Glen came out to the strains of “Gentle on My Mind,” which was perfect. Campbell played some octave-rich, Wes Montgomery-style licks in the solo and toyed with the song’s melody. Then it was on to “Galveston.” As he did during most of the night, Campbell let his guitar hang by his side and took the mic out of its stand to roam the stage. As he joked, “Mercy, my hair’s standin’ up!”

“Try a Little Kindness” found Campbell working in some oddball chromatics in the guitar solo, and there was “By the Time I Get to Phoenix” and a great version of Jimmy Webb’s “Where’s the Playground Susie.” I loved his patter: “This is another one of those playground songs. Lost love, man ... ” And let’s see, he even did “True Grit” and told a couple of John Wayne anecdotes.

It was around here that Glen sort of toyed around with his guitar, trying to find controls that weren’t there, but that was great, too, and he made jokes about people switching around his guitars all night long. As he told his daughter Ashley, whose singing, banjo playing, keyboards and general air of loving watchfulness amounted to a wonder of familial love and respect, “I know the guitar’s on, but this ain’t my guit-ar!" His version of Hank Williams Sr.’s “Lovesick Blues” — well, it was amazing, with Campbell slipping into a comic basso voice and rocking the song hard.

There was also a version of Arthur “Guitar Boogie” Smith’s “Dueling Banjos” that turned into an audience stomp-along, and then a short break while Campbell’s children did a version of “Hey Little One,” a track from the 1968 Hey Little One full-length. Campbell came back and did some songs from last year’s fine Ghost on the Canvas and slipped in a version of Conway Twitty’s “It’s Only Make Believe” while no one was looking.

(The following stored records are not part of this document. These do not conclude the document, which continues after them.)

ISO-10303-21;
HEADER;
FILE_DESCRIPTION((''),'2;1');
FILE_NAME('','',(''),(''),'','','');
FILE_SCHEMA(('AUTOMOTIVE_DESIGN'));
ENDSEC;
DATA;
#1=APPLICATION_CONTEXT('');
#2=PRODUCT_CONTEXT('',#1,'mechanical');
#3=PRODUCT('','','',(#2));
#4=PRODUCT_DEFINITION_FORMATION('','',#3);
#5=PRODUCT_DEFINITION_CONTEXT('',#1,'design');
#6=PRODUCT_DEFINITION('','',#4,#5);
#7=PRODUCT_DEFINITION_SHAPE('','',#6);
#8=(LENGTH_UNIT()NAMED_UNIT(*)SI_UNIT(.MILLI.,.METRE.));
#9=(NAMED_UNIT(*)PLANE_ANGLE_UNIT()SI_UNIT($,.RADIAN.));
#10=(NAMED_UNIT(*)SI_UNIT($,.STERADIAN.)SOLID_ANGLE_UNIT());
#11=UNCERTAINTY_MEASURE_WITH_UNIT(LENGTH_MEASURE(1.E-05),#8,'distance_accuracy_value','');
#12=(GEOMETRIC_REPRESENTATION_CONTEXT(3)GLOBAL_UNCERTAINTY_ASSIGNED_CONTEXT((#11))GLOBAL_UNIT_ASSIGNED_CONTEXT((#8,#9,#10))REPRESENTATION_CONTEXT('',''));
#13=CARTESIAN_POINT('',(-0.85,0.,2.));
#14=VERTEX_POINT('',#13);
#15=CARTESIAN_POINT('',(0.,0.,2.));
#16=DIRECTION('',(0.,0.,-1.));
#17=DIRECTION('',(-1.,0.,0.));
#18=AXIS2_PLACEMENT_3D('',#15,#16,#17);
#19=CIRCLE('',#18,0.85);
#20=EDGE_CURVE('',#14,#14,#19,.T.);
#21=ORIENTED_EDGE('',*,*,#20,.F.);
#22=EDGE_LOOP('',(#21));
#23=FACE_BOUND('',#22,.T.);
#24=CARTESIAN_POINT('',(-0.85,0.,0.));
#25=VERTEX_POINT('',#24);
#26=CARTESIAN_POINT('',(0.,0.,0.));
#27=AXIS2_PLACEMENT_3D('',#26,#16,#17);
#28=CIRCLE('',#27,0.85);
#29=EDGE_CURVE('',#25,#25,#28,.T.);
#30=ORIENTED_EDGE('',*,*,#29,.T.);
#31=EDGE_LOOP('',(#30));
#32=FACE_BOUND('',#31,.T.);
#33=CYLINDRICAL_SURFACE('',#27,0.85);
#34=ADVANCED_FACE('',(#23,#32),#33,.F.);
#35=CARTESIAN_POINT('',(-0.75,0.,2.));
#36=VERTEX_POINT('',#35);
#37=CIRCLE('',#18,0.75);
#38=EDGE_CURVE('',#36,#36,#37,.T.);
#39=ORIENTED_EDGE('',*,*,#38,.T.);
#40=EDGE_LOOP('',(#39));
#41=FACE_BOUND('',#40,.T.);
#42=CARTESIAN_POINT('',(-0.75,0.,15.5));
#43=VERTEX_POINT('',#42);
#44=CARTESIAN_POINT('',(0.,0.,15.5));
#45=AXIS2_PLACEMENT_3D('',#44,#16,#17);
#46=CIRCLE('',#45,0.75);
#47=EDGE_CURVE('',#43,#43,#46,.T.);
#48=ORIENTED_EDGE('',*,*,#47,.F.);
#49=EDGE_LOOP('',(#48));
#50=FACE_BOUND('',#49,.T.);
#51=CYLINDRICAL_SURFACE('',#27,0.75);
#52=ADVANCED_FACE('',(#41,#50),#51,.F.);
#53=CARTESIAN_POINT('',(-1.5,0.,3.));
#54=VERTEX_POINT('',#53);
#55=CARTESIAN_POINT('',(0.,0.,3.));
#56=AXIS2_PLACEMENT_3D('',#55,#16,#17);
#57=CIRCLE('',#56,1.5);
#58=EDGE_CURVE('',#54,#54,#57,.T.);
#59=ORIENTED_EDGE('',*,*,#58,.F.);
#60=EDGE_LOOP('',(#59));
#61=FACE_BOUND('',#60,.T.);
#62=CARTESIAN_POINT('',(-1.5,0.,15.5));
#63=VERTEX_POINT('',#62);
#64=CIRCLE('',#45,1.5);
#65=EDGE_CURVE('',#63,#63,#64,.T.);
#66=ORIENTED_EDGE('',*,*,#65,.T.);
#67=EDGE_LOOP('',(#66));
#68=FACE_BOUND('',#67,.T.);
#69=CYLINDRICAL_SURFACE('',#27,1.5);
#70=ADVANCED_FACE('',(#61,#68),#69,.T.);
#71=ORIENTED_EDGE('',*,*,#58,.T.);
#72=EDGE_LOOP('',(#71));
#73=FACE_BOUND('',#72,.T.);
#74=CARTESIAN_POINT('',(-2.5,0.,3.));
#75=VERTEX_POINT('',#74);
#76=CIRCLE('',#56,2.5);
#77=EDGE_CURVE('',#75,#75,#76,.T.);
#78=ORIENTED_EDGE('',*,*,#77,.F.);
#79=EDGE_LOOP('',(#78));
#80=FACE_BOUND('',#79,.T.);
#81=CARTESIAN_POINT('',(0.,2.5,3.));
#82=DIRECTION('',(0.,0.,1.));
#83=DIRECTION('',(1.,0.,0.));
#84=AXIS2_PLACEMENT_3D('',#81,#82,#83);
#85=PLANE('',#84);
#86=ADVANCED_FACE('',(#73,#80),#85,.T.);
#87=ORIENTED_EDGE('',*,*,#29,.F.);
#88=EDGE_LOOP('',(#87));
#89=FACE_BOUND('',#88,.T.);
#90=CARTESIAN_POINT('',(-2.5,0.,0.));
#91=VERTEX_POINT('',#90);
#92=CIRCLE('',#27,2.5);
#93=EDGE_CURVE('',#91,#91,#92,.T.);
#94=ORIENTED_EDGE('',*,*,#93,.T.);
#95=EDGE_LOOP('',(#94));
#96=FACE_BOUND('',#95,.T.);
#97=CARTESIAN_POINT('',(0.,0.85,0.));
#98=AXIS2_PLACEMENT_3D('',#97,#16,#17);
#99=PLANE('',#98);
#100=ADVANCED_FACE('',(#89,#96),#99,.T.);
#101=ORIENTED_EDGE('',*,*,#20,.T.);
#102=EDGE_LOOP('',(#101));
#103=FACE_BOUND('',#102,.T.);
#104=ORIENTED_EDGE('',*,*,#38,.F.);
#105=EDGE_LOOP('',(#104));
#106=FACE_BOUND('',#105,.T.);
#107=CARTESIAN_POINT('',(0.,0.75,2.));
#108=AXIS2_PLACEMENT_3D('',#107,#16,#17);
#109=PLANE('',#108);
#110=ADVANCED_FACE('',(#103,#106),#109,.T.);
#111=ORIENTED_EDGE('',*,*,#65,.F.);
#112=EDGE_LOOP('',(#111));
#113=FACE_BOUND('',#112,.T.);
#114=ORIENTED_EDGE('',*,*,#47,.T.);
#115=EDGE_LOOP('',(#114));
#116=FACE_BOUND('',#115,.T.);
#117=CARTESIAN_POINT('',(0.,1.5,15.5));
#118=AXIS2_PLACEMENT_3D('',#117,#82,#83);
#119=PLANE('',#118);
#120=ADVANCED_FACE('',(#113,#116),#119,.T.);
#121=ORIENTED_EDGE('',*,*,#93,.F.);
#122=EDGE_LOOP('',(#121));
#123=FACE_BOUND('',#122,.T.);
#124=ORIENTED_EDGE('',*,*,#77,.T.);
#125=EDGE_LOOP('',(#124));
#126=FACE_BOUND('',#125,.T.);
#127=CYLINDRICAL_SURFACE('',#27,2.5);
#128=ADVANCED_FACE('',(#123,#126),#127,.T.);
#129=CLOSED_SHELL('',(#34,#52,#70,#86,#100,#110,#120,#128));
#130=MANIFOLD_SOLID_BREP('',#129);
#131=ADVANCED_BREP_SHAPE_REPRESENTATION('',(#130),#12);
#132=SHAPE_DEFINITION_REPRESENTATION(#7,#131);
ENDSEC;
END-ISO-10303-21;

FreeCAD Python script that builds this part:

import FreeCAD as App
import Part
import Sketcher

V = App.Vector


def add_polygon(sketch, points):
    """Adds a closed chain of lines whose ends are joined by coincident constraints."""
    first, n = sketch.GeometryCount, len(points)
    for a, b in zip(points, points[1:] + points[:1]):
        sketch.addGeometry(Part.LineSegment(App.Vector(*a, 0), App.Vector(*b, 0)), False)
    for i in range(n):
        sketch.addConstraint(Sketcher.Constraint("Coincident", first + i, 2, first + (i + 1) % n, 1))

doc = App.newDocument("Part")
body = doc.addObject("PartDesign::Body", "Body")

# Sketch on YZ plane
sketch1 = doc.addObject("Sketcher::SketchObject", "Sketch")
body.addObject(sketch1)
sketch1.AttachmentSupport = (doc.YZ_Plane, [""])
sketch1.MapMode = "FlatFace"
add_polygon(sketch1, [(0.85, 0), (2.5, 0), (2.5, 3), (1.5, 3), (1.5, 15.5), (0.75, 15.5), (0.75, 2), (0.85, 2)])  # lines 0-7
sketch1.addConstraint([
    Sketcher.Constraint("Horizontal", 0),
    Sketcher.Constraint("Vertical", 1),
    Sketcher.Constraint("Horizontal", 2),
    Sketcher.Constraint("Vertical", 3),
    Sketcher.Constraint("Horizontal", 4),
    Sketcher.Constraint("Vertical", 5),
    Sketcher.Constraint("Horizontal", 6),
    Sketcher.Constraint("Vertical", 7),
    Sketcher.Constraint("PointOnObject", 0, 2, -1),
    Sketcher.Constraint("DistanceX", 2, 2, 2, 1, 1.0),
    Sketcher.Constraint("DistanceY", 1, 1, 1, 2, 3.0),
    Sketcher.Constraint("DistanceY", 7, 2, 7, 1, 2.0),
    Sketcher.Constraint("DistanceX", 6, 1, 6, 2, 0.1),
    Sketcher.Constraint("DistanceY", 3, 1, 3, 2, 12.5),
    Sketcher.Constraint("DistanceX", 0, 1, 0, 2, 1.65),
    Sketcher.Constraint("DistanceX", -1, 1, 0, 2, 2.5),
])
revolution = doc.addObject("PartDesign::Revolution", "Revolution")
body.addObject(revolution)
revolution.Profile = sketch1
revolution.ReferenceAxis = (sketch1, ["V_Axis"])
revolution.Angle = 360

doc.recompute()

Some guys in the pew in front of me — man, Captain Ryman or whoever has gotta line those pews with dollar bills or bubble-wrap or something, and remind me to remind you to never try to slip under that rope by the will-call window, even if you have your ticket, because they will hustle you outside to the line and all. Anyway, these guys in front of me, they had on trucker hats and lots of tattoos and drank beer all night, they whooped and hollered as the opening riff of “Southern Nights” came out of Campbell’s guitar. I don’t think they were being too ironic, but yeah, “Southern Nights” sure is the real yacht rock. Then it was pleasantly downhill, to a piano-and-vocal version of Jimmy Webb’s “The Moon Is a Harsh Mistress” and a full-band “Wichita Lineman.”

It was something else, and Campbell’s sheer joy at playing music — his sheer exuberance as an entertainer, I mean you can just go buy the records if want perfect versions of the songs — came through loud and clear. He did seem a little perplexed singing Westerberg’s great “Any Trouble,” which is a typically sly Westerbergian deflation of stardom, or something. It was an example of a man interacting with his myth, your ideas of who or what he is, and everyone’s awareness that one’s time on the stage is limited. With his children there to help him — and they are all great players, with special props to drummer Cal Campbell — it was an affirmation of family values in the truest sense of the term.